## What you need to do
Using the records below, repeat exactly the lines from the one holding "# Sketch2 → Cut-Extrude1 (cut)" through the one holding "(-23.413358533, 117.45638997), align=None)", both ends included, and no others.

Stored entries:
BEGIN
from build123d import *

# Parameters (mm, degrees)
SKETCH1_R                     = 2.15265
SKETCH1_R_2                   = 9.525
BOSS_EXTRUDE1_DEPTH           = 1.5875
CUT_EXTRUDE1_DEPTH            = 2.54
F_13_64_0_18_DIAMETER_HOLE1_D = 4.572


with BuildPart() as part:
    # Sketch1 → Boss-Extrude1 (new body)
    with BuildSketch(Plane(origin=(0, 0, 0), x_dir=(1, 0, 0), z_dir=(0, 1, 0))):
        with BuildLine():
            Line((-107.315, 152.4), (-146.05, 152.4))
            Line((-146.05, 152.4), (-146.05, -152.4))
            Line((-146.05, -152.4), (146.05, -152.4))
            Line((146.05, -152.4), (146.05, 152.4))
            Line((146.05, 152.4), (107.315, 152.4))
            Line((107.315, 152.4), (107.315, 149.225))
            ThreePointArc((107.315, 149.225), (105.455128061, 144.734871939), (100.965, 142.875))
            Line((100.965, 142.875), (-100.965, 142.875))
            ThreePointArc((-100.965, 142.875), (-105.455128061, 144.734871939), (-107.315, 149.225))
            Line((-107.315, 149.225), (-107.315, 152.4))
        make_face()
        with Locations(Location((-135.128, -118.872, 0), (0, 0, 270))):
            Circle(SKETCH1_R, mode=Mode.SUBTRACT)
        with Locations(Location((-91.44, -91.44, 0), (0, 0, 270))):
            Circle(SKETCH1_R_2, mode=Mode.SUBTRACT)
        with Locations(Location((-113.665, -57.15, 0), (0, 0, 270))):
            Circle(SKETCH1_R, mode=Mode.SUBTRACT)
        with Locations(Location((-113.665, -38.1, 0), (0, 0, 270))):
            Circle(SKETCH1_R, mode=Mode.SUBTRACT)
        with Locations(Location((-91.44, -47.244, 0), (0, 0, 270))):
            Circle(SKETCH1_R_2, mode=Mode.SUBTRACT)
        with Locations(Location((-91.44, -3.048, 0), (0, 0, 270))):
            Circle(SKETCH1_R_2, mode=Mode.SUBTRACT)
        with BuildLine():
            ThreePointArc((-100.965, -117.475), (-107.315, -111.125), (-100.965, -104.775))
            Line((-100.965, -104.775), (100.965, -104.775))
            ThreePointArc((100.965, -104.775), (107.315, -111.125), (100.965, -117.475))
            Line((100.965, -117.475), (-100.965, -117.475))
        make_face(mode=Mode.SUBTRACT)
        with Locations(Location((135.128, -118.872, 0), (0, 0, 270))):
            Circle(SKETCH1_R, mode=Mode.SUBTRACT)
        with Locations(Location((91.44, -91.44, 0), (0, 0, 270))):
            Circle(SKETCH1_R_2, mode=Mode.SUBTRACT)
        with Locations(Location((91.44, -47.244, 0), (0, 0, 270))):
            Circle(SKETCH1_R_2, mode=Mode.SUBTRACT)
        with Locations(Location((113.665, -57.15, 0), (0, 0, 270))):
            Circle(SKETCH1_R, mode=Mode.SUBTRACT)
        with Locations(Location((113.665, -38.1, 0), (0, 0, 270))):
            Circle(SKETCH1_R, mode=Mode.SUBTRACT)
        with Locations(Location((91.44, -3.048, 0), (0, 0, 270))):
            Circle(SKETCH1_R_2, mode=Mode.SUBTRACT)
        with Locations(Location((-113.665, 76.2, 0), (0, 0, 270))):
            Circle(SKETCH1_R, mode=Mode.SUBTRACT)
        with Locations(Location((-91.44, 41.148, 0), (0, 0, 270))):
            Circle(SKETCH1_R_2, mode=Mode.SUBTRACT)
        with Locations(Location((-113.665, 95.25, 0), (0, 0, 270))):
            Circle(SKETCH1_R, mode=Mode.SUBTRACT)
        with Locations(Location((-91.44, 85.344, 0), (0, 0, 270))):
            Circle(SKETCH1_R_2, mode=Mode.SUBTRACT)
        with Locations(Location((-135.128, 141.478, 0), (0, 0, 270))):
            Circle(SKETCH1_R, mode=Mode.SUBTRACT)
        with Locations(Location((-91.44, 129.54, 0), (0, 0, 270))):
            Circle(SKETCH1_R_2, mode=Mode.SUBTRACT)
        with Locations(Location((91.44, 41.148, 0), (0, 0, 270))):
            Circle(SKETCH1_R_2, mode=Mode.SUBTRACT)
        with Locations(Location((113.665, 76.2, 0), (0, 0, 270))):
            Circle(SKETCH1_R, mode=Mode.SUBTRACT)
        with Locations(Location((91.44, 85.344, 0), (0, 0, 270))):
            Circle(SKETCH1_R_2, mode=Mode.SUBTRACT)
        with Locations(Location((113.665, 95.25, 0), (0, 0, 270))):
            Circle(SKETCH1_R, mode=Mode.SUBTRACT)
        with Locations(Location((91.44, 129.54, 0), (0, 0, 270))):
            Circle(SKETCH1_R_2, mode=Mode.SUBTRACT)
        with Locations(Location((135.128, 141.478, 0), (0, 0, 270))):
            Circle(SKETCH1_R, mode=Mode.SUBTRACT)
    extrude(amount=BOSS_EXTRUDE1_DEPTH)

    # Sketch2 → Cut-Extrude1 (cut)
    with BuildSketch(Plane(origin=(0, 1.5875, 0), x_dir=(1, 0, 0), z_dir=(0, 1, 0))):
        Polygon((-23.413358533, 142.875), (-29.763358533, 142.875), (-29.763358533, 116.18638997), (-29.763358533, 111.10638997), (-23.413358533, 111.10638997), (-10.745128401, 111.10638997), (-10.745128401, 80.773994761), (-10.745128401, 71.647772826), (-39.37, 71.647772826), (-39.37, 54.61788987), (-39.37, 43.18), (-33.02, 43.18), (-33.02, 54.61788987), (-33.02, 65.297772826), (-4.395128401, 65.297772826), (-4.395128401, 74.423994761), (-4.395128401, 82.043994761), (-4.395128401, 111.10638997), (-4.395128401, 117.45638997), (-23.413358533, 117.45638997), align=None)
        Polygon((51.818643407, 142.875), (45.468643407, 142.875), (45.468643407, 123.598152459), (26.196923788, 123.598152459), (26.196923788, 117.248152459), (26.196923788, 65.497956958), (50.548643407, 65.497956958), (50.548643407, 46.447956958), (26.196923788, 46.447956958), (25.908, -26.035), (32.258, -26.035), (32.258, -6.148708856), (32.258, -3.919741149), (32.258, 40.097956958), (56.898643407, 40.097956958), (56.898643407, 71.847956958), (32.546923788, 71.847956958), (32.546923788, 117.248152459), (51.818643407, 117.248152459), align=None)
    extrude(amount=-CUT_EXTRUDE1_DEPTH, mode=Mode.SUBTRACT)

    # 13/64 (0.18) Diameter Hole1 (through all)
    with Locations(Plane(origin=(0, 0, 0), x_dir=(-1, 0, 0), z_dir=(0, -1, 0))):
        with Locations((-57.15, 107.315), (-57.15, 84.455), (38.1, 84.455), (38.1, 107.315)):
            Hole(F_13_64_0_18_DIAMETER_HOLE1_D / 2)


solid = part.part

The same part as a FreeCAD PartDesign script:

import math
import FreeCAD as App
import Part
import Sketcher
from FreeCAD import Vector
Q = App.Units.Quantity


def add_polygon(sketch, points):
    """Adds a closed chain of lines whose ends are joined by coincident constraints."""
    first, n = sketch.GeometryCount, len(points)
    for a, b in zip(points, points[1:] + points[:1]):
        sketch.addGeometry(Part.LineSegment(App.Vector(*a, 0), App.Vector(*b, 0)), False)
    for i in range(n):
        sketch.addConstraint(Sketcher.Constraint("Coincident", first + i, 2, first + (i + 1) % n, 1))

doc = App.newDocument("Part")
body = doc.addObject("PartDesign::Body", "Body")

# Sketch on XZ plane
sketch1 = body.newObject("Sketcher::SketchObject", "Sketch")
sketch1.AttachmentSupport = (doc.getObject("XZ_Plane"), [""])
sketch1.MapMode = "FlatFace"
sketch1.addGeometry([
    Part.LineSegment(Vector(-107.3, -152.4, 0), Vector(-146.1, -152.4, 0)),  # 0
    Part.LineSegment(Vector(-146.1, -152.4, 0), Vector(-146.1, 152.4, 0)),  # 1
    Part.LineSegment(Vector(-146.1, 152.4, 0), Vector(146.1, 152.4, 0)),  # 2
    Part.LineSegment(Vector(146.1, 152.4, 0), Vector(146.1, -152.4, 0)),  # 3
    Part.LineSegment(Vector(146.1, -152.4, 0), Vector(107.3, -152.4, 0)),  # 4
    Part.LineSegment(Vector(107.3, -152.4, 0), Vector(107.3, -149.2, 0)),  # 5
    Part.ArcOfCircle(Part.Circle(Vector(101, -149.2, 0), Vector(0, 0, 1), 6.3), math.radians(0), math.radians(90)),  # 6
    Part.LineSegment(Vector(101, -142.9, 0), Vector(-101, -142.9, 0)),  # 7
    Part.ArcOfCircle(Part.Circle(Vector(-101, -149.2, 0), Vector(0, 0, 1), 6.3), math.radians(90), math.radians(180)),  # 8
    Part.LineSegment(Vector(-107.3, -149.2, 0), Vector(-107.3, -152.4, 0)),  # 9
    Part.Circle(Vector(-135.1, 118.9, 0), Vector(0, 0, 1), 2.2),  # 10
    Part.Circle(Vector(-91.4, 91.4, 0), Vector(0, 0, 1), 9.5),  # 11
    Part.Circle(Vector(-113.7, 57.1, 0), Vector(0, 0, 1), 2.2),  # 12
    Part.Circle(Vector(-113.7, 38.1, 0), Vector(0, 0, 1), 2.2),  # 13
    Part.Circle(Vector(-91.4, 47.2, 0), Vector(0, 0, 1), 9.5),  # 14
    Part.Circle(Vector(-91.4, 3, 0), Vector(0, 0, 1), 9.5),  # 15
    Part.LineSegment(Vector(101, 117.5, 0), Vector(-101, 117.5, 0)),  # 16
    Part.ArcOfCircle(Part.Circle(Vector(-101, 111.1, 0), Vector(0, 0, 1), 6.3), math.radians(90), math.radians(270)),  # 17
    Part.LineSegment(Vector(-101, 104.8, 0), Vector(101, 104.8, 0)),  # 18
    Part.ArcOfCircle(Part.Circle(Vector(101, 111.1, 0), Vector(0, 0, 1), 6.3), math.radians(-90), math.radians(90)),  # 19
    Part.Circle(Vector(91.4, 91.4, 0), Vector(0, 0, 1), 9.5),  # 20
END
## Response to this task
    # Sketch2 → Cut-Extrude1 (cut)
    with BuildSketch(Plane(origin=(0, 1.5875, 0), x_dir=(1, 0, 0), z_dir=(0, 1, 0))):
        Polygon((-23.413358533, 142.875), (-29.763358533, 142.875), (-29.763358533, 116.18638997), (-29.763358533, 111.10638997), (-23.413358533, 111.10638997), (-10.745128401, 111.10638997), (-10.745128401, 80.773994761), (-10.745128401, 71.647772826), (-39.37, 71.647772826), (-39.37, 54.61788987), (-39.37, 43.18), (-33.02, 43.18), (-33.02, 54.61788987), (-33.02, 65.297772826), (-4.395128401, 65.297772826), (-4.395128401, 74.423994761), (-4.395128401, 82.043994761), (-4.395128401, 111.10638997), (-4.395128401, 117.45638997), (-23.413358533, 117.45638997), align=None)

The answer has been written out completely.